*Extracted records*.
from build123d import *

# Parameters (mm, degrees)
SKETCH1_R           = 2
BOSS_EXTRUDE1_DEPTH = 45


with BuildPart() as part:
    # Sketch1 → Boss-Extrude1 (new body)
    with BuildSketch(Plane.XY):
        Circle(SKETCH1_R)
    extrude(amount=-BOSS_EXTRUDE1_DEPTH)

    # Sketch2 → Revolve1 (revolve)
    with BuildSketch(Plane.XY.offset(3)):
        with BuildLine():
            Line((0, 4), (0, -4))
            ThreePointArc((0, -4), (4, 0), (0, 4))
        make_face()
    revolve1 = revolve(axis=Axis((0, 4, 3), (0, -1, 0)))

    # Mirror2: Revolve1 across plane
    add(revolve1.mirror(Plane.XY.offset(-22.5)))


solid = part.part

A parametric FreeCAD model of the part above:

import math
import FreeCAD as App
import Part
import Sketcher

V = App.Vector

doc = App.newDocument("Part")
body = doc.addObject("PartDesign::Body", "Body")

sketch1 = body.newObject("Sketcher::SketchObject", "Sketch")
sketch1.AttachmentSupport = (doc.getObject("XY_Plane"), [""])
sketch1.MapMode = "FlatFace"
sketch1.addGeometry(Part.Circle(V(0, 0, 0), V(0, 0, 1), 2), False)
sketch1.addConstraint([
    Sketcher.Constraint("Coincident", 0, 3, -1, 1),
    Sketcher.Constraint("Diameter", 0, 4.0),
])
pad1 = body.newObject("PartDesign::Pad", "Pad")
pad1.Profile = sketch1
pad1.Length = 45
pad1.Reversed = True

sketch2 = body.newObject("Sketcher::SketchObject", "Sketch001")
sketch2.AttachmentSupport = (doc.getObject("XY_Plane"), [""])
sketch2.MapMode = "FlatFace"
sketch2.AttachmentOffset = App.Placement(V(0, 0, 3), App.Rotation())
sketch2.addGeometry([
    Part.LineSegment(V(0, 4, 0), V(0, -4, 0)),
    Part.ArcOfCircle(Part.Circle(V(0, 0, 0), V(0, 0, 1), 4), math.radians(-90), math.radians(90)),
], False)
sketch2.addConstraint([
    Sketcher.Constraint("Coincident", 0, 1, 1, 2),
    Sketcher.Constraint("Coincident", 1, 1, 0, 2),
    Sketcher.Constraint("Vertical", 0),
    Sketcher.Constraint("Coincident", 1, 3, -1, 1),
    Sketcher.Constraint("PointOnObject", 0, 1, -2),
    Sketcher.Constraint("Radius", 1, 4.0),
])
revolution = body.newObject("PartDesign::Revolution", "Revolution")
revolution.Profile = sketch2
revolution.ReferenceAxis = (sketch2, ["V_Axis"])
revolution.Angle = 360
doc.recompute()

datumplane = body.newObject("PartDesign::Plane", "DatumPlane")
datumplane.AttachmentSupport = (doc.getObject("XY_Plane"), [""])
datumplane.MapMode = "FlatFace"
datumplane.AttachmentOffset = App.Placement(V(0, 0, -22.5), App.Rotation())
mirrored = body.newObject("PartDesign::Mirrored", "Mirrored")
mirrored.Originals = [revolution]
mirrored.MirrorPlane = (datumplane, [""])
body.Tip = mirrored

doc.recompute()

*Task brief*. Restate every entry exactly. Leave nothing out.

*Your solution*.
from build123d import *

# Parameters (mm, degrees)
SKETCH1_R           = 2
BOSS_EXTRUDE1_DEPTH = 45


with BuildPart() as part:
    # Sketch1 → Boss-Extrude1 (new body)
    with BuildSketch(Plane.XY):
        Circle(SKETCH1_R)
    extrude(amount=-BOSS_EXTRUDE1_DEPTH)

    # Sketch2 → Revolve1 (revolve)
    with BuildSketch(Plane.XY.offset(3)):
        with BuildLine():
            Line((0, 4), (0, -4))
            ThreePointArc((0, -4), (4, 0), (0, 4))
        make_face()
    revolve1 = revolve(axis=Axis((0, 4, 3), (0, -1, 0)))

    # Mirror2: Revolve1 across plane
    add(revolve1.mirror(Plane.XY.offset(-22.5)))


solid = part.part

A parametric FreeCAD model of the part above:

import math
import FreeCAD as App
import Part
import Sketcher

V = App.Vector

doc = App.newDocument("Part")
body = doc.addObject("PartDesign::Body", "Body")

sketch1 = body.newObject("Sketcher::SketchObject", "Sketch")
sketch1.AttachmentSupport = (doc.getObject("XY_Plane"), [""])
sketch1.MapMode = "FlatFace"
sketch1.addGeometry(Part.Circle(V(0, 0, 0), V(0, 0, 1), 2), False)
sketch1.addConstraint([
    Sketcher.Constraint("Coincident", 0, 3, -1, 1),
    Sketcher.Constraint("Diameter", 0, 4.0),
])
pad1 = body.newObject("PartDesign::Pad", "Pad")
pad1.Profile = sketch1
pad1.Length = 45
pad1.Reversed = True

sketch2 = body.newObject("Sketcher::SketchObject", "Sketch001")
sketch2.AttachmentSupport = (doc.getObject("XY_Plane"), [""])
sketch2.MapMode = "FlatFace"
sketch2.AttachmentOffset = App.Placement(V(0, 0, 3), App.Rotation())
sketch2.addGeometry([
    Part.LineSegment(V(0, 4, 0), V(0, -4, 0)),
    Part.ArcOfCircle(Part.Circle(V(0, 0, 0), V(0, 0, 1), 4), math.radians(-90), math.radians(90)),
], False)
sketch2.addConstraint([
    Sketcher.Constraint("Coincident", 0, 1, 1, 2),
    Sketcher.Constraint("Coincident", 1, 1, 0, 2),
    Sketcher.Constraint("Vertical", 0),
    Sketcher.Constraint("Coincident", 1, 3, -1, 1),
    Sketcher.Constraint("PointOnObject", 0, 1, -2),
    Sketcher.Constraint("Radius", 1, 4.0),
])
revolution = body.newObject("PartDesign::Revolution", "Revolution")
revolution.Profile = sketch2
revolution.ReferenceAxis = (sketch2, ["V_Axis"])
revolution.Angle = 360
doc.recompute()

datumplane = body.newObject("PartDesign::Plane", "DatumPlane")
datumplane.AttachmentSupport = (doc.getObject("XY_Plane"), [""])
datumplane.MapMode = "FlatFace"
datumplane.AttachmentOffset = App.Placement(V(0, 0, -22.5), App.Rotation())
mirrored = body.newObject("PartDesign::Mirrored", "Mirrored")
mirrored.Originals = [revolution]
mirrored.MirrorPlane = (datumplane, [""])
body.Tip = mirrored

doc.recompute()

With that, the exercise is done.